Ironically, this stock looks very much like Countrywide did in January of 2008, after Bank of America had assumed most of the company's assets. Countrywide eventually was fully assumed by Bank of America. Much of the same bad debt which killed that company are now crushing CEO Ken Lewis' company. Bank of America has been insolvent for quite some time and it will be interesting to watch the continuing saga of what was once America's largest banking interest.

Citigroup (C), another of the walking dead, was hammered 0.60, to 3.35 (-15.19). This company's future may be numbered in weeks rather than months.

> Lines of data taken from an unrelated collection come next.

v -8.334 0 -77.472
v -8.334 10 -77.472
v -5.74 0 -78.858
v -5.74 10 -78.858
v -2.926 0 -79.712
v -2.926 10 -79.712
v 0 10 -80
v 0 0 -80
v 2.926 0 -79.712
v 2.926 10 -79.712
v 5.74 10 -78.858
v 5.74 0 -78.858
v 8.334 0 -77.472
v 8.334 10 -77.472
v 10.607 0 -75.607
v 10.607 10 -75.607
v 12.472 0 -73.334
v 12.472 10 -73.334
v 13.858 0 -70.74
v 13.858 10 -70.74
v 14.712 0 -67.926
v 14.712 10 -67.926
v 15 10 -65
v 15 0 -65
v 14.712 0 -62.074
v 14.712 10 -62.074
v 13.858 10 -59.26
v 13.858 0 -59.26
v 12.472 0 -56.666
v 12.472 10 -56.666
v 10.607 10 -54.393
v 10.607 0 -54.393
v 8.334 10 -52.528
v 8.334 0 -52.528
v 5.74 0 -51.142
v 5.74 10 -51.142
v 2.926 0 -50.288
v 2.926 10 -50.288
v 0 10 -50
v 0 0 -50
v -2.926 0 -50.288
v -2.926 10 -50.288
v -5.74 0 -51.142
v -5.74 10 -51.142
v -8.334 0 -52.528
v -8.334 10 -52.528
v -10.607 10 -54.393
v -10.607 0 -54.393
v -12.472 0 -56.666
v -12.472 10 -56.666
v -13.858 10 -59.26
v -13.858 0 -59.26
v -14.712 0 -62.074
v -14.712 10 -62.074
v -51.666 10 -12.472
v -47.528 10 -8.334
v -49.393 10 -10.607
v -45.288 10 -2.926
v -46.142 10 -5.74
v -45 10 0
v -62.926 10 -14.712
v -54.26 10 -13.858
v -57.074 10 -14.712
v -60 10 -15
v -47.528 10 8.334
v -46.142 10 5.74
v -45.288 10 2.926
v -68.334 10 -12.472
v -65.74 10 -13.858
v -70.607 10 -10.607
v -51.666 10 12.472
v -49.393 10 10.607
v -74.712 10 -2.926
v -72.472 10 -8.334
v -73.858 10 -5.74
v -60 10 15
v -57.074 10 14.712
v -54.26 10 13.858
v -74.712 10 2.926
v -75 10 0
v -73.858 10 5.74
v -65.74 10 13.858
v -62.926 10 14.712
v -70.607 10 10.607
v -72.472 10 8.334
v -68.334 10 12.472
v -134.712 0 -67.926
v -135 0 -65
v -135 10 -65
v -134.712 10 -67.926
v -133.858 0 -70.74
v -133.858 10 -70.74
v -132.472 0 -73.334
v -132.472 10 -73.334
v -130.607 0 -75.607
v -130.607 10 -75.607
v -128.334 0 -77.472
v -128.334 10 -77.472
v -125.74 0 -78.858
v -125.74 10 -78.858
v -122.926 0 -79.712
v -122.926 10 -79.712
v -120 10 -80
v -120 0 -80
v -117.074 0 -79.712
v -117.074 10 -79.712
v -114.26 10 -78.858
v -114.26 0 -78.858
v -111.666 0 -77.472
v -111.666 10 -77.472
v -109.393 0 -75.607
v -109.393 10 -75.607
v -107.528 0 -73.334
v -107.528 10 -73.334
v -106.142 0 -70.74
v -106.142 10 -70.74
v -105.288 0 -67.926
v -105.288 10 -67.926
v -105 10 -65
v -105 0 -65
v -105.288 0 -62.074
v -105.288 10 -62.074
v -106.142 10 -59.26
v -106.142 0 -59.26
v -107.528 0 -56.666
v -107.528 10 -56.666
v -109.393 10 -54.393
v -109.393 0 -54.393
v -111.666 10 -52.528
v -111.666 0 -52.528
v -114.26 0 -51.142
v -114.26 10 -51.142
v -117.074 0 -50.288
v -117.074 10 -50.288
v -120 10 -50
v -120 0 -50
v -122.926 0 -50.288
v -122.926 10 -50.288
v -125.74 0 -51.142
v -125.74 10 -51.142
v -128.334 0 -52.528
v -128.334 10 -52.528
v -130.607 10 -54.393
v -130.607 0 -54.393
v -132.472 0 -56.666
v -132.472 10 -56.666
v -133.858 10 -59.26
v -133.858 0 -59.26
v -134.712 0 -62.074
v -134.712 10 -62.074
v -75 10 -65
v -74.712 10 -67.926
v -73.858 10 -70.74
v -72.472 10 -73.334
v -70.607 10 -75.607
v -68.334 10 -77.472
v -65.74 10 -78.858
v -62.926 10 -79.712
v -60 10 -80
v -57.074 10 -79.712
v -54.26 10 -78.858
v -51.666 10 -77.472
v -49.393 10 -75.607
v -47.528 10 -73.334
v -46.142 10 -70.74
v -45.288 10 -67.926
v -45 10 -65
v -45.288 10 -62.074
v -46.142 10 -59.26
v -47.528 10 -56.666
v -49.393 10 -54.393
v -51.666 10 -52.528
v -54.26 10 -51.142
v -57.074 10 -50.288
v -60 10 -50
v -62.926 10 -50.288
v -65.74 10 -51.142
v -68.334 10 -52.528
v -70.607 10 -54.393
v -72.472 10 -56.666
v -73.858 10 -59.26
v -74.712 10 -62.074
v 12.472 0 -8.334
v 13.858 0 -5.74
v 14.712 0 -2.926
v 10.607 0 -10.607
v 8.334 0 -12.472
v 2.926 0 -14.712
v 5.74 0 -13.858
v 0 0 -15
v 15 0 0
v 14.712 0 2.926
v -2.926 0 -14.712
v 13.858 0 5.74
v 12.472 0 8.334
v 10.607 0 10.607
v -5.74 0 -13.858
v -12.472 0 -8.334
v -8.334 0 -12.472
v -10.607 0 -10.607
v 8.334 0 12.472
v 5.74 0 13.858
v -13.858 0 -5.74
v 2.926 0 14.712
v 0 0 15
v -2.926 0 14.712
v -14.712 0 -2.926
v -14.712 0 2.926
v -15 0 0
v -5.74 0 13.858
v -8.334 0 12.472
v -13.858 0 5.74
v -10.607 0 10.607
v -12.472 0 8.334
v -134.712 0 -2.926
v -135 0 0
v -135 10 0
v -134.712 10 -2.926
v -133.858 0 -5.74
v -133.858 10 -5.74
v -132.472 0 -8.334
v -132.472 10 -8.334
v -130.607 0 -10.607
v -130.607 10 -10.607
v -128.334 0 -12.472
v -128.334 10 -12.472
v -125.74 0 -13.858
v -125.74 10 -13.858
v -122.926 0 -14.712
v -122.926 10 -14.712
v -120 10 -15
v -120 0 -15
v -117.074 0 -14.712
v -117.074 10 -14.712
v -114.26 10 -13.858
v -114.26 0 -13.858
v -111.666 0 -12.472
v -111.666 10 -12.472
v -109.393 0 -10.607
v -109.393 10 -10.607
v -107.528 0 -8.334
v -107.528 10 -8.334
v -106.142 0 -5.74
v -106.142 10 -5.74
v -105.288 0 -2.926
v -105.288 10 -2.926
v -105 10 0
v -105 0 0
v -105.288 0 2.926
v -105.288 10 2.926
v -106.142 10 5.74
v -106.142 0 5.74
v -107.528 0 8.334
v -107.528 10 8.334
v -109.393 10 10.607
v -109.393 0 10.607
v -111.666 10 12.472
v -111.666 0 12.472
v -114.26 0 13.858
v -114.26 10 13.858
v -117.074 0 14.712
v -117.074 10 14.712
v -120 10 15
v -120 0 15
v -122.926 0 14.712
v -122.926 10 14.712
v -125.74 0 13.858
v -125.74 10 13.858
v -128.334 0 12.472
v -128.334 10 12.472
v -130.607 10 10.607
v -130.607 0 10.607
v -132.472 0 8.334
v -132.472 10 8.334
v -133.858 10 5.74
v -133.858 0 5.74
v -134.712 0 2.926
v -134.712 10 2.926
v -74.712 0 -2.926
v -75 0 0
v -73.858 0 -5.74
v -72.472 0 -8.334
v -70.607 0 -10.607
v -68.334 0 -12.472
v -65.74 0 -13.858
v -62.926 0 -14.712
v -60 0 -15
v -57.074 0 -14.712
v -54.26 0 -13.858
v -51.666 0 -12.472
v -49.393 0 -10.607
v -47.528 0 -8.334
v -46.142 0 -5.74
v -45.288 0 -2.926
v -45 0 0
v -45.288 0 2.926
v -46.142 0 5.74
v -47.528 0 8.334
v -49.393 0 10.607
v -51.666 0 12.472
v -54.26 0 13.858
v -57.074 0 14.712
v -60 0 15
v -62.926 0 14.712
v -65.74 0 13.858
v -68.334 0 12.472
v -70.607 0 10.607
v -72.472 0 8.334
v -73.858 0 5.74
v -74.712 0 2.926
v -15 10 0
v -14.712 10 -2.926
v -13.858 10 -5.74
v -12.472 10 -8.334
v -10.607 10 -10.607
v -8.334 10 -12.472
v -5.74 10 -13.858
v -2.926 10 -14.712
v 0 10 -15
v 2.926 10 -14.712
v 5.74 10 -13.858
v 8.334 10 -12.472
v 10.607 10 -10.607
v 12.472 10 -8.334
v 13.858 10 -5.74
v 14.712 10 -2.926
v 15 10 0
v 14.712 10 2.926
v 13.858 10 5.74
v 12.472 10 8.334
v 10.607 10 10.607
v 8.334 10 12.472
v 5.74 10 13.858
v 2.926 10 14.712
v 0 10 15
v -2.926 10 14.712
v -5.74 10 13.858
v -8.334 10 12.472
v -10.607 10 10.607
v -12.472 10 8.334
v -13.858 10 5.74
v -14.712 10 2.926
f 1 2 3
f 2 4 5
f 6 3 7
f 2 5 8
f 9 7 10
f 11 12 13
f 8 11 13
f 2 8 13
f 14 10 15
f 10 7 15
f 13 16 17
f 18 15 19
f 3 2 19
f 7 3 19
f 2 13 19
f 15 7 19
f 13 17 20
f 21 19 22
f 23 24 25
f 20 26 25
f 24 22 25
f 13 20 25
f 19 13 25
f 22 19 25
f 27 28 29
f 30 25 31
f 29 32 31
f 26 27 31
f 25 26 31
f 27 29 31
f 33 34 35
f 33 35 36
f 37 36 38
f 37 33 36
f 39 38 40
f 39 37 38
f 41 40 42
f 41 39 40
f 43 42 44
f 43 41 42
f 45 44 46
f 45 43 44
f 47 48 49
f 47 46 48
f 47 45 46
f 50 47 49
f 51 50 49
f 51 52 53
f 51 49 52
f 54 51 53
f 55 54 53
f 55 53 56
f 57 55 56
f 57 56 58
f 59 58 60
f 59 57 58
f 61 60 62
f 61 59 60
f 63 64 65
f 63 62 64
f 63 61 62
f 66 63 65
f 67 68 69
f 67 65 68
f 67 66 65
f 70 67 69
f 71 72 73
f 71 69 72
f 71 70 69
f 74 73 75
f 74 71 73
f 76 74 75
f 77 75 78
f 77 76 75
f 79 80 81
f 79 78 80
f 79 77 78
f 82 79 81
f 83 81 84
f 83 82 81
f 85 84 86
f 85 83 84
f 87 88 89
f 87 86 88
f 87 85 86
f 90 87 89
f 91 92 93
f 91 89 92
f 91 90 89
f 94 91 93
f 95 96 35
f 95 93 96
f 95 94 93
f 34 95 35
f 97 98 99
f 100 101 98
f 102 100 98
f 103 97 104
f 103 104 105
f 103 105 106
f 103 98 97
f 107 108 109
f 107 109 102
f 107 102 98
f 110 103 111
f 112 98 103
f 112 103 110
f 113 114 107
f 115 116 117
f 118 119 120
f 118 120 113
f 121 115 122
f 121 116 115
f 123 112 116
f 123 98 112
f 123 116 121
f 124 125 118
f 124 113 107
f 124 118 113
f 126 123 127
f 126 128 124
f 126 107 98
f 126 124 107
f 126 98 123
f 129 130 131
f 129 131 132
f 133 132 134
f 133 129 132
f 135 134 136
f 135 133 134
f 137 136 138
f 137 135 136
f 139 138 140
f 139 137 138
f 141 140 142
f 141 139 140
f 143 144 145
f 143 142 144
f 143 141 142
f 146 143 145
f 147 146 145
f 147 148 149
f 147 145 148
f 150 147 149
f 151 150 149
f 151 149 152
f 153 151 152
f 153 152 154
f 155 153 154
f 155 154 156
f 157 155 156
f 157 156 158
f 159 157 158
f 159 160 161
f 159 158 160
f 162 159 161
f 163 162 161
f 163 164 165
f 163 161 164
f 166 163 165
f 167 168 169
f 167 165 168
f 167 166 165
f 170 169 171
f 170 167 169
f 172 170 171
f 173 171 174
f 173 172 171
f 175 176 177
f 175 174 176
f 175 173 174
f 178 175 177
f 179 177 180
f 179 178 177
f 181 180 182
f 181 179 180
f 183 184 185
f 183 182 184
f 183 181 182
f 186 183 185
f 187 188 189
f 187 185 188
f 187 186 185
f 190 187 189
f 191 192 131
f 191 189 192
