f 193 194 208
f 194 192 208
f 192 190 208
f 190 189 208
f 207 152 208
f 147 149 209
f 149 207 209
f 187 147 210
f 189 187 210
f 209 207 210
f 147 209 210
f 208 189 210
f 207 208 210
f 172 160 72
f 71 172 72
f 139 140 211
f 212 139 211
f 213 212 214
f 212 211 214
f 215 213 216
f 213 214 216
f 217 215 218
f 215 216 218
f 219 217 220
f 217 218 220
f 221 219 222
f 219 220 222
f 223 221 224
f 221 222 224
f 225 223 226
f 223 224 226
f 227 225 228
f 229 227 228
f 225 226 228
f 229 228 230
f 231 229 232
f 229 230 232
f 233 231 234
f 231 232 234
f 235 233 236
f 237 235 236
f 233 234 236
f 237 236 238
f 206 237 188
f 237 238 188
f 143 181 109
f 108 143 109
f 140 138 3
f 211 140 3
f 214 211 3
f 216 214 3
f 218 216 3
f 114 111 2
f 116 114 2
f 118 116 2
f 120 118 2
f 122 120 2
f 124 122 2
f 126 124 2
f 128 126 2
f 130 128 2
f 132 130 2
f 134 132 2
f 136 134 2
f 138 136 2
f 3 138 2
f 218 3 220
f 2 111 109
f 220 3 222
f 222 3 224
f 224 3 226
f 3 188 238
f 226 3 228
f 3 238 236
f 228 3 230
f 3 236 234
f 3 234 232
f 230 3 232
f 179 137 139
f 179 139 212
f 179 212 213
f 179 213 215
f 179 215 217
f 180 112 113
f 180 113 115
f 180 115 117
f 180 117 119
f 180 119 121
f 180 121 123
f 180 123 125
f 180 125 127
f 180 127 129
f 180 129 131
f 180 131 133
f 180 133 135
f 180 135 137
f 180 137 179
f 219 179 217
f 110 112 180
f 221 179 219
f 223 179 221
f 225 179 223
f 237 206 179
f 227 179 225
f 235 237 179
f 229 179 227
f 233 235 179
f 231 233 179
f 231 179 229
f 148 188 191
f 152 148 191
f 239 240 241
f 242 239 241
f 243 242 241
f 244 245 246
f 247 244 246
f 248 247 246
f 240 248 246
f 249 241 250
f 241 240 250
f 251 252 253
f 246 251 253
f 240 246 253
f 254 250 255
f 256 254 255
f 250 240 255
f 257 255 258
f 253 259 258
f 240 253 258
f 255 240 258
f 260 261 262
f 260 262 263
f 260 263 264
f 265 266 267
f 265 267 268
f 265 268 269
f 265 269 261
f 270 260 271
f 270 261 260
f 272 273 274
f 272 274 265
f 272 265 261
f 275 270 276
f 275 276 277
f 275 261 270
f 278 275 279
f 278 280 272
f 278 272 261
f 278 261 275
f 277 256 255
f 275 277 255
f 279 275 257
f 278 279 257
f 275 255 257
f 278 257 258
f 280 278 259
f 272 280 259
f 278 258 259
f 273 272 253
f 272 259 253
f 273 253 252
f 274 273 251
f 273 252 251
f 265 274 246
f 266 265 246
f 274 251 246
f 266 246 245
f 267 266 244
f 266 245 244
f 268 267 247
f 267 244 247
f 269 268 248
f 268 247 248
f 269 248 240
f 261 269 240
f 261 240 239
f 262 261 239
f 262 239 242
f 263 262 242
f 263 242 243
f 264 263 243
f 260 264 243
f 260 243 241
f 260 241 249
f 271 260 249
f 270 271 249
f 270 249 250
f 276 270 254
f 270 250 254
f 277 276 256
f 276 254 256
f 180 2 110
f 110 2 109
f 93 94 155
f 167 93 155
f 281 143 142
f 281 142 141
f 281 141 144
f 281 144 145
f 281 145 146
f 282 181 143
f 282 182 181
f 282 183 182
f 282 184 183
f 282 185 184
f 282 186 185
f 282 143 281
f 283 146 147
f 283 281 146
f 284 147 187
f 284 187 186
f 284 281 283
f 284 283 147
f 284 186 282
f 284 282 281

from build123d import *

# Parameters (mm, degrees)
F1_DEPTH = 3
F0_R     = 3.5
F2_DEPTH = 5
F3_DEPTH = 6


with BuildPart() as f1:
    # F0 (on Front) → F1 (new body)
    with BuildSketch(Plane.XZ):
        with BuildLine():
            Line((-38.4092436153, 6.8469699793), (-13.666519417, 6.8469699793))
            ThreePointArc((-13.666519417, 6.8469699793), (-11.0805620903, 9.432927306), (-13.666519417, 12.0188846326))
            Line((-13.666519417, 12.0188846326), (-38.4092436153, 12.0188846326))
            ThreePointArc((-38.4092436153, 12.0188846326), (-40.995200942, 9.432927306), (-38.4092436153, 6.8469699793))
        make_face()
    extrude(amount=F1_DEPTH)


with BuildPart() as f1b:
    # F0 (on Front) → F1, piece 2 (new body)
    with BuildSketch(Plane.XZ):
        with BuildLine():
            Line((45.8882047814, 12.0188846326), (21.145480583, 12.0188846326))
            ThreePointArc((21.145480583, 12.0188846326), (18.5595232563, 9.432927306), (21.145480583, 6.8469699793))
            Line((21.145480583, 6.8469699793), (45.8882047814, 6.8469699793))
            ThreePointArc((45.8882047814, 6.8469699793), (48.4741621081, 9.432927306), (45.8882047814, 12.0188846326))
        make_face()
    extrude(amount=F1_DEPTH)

Goldman Sachs (GS) was hard hit, dropping 7.49, to 90.40 (-7.65%). Morgan Stanley (MS)lost 2.82, to 20.79 (-11.95). JP Morgan Chase fell 2.66, to 24.62 (-9.75).

Commodities were mostly mixed with oil down substantially, losing 2.01, closing at $37.55, a three-week low. The metals were moving in the opposite directed, hurriedly. Gold shot up 21.40, to $914.20. Silver gained 30 cents, to 13.13.

The precious metals prices are signaling another flight to safety. Clearly, equities are not the place to be now, as they haven't been for the past 18 months, and they still won't be for some time even though today's decline could be interpreted as the beginning of the recovery. The dollar was up sharply against other currencies.

While our own corrupt bankers and wheedlers express themselves with outcries of fear and panic, smart money is on the greenback and gold, a combination that may not seem plausible at first, though it's better understood when seen in the light of a basic turnover of power. It's clear that the Obama administration is not going to tolerate much less than complete transparency. THAT is a very positive development.

Silver remains my #1 investment. On the other hand, opportunities may begin to emerge in black market tobacco and stinging race and sports fixers, the ultimate revenge play.

Today's losses were surely not the last, as the Dow closed at its lowest level since November 20 of last year and is also the first close since then below 7900. Wall Street is in serious jeopardy of breaking apart at the seams. Another precipitous move lower could be in the cards as the market must retest 7550 on the Dow, though that move actually seems a foregone conclusion after today.

It was a poor day for Wall Street, but a darned good one for the United States of America.